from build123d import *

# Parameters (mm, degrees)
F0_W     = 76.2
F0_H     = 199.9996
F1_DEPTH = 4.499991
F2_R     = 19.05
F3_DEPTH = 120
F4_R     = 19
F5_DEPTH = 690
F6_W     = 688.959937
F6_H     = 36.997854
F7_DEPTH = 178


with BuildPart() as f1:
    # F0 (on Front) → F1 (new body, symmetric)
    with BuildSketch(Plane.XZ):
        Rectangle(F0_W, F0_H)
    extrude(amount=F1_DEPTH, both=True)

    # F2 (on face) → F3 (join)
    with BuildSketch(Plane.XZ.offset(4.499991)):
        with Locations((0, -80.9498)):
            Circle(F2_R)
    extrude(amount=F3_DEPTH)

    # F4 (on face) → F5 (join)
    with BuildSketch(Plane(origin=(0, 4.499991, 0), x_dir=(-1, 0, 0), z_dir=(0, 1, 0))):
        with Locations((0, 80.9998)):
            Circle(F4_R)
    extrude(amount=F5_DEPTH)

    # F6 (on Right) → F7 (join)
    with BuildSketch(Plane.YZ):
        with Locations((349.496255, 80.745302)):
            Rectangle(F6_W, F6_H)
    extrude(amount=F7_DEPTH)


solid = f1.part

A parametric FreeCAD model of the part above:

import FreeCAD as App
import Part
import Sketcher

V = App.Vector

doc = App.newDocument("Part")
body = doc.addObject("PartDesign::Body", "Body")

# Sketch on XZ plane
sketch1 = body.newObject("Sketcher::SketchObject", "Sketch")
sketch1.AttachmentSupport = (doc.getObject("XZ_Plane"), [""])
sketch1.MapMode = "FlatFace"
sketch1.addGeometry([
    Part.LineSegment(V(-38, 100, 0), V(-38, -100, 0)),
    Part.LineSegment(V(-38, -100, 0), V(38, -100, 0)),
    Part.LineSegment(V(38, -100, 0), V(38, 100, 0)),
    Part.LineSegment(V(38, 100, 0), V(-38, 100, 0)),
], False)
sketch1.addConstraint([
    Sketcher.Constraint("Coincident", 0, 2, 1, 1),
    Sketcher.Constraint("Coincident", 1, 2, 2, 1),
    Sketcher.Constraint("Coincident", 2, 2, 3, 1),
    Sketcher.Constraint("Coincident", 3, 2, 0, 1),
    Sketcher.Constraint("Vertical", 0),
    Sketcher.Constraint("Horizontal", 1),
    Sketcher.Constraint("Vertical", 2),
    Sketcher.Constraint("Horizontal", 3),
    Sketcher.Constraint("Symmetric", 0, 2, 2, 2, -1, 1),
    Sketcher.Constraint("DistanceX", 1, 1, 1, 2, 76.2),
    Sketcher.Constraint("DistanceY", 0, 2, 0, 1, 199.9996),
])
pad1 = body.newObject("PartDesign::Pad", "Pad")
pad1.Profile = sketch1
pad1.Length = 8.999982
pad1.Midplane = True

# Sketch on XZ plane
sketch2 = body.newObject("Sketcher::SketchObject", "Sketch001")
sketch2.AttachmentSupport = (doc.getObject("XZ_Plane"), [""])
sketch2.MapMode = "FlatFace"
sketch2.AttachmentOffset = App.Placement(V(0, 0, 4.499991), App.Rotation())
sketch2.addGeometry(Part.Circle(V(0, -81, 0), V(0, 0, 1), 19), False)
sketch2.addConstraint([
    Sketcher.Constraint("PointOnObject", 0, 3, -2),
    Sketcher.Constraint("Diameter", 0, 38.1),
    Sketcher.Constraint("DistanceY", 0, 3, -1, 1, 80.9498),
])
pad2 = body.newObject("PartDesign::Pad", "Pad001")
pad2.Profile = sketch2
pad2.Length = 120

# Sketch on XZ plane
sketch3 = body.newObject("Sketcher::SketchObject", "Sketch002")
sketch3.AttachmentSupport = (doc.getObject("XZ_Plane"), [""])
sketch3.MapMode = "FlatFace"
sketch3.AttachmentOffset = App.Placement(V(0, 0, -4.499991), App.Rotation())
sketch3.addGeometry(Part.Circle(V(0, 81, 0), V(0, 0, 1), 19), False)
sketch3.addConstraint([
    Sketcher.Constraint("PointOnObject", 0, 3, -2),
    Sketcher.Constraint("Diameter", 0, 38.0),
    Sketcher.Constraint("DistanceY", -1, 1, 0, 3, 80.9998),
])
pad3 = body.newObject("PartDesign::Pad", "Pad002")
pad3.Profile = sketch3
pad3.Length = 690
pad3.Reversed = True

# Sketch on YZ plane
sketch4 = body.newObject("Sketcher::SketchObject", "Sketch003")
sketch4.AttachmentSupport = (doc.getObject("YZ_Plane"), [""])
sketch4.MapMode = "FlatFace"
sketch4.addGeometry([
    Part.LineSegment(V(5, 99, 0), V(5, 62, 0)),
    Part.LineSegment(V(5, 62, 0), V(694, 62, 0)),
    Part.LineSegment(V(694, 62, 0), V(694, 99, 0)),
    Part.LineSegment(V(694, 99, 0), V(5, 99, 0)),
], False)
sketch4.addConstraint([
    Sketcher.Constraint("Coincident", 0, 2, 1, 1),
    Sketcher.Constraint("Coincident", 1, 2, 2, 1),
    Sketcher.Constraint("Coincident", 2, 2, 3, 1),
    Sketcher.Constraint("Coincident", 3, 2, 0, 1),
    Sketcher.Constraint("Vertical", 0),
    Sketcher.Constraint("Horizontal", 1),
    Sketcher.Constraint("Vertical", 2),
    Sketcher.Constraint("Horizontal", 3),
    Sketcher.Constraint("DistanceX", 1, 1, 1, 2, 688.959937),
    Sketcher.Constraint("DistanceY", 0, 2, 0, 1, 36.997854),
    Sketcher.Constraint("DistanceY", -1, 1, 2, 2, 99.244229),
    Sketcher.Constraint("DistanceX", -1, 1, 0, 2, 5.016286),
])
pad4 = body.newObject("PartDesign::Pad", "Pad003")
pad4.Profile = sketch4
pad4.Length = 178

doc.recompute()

◆ ◆ ◆ ◆ ◆ ◆ ◆

Retype word for word everything in the listing above from the line that holds "F5_DEPTH = 690" down to the line that holds "extrude(amount=F5_DEPTH)". Keep both end lines and leave out the rest.

### Answer area:
F5_DEPTH = 690
F6_W     = 688.959937
F6_H     = 36.997854
F7_DEPTH = 178


with BuildPart() as f1:
    # F0 (on Front) → F1 (new body, symmetric)
    with BuildSketch(Plane.XZ):
        Rectangle(F0_W, F0_H)
    extrude(amount=F1_DEPTH, both=True)

    # F2 (on face) → F3 (join)
    with BuildSketch(Plane.XZ.offset(4.499991)):
        with Locations((0, -80.9498)):
            Circle(F2_R)
    extrude(amount=F3_DEPTH)

    # F4 (on face) → F5 (join)
    with BuildSketch(Plane(origin=(0, 4.499991, 0), x_dir=(-1, 0, 0), z_dir=(0, 1, 0))):
        with Locations((0, 80.9998)):
            Circle(F4_R)
    extrude(amount=F5_DEPTH)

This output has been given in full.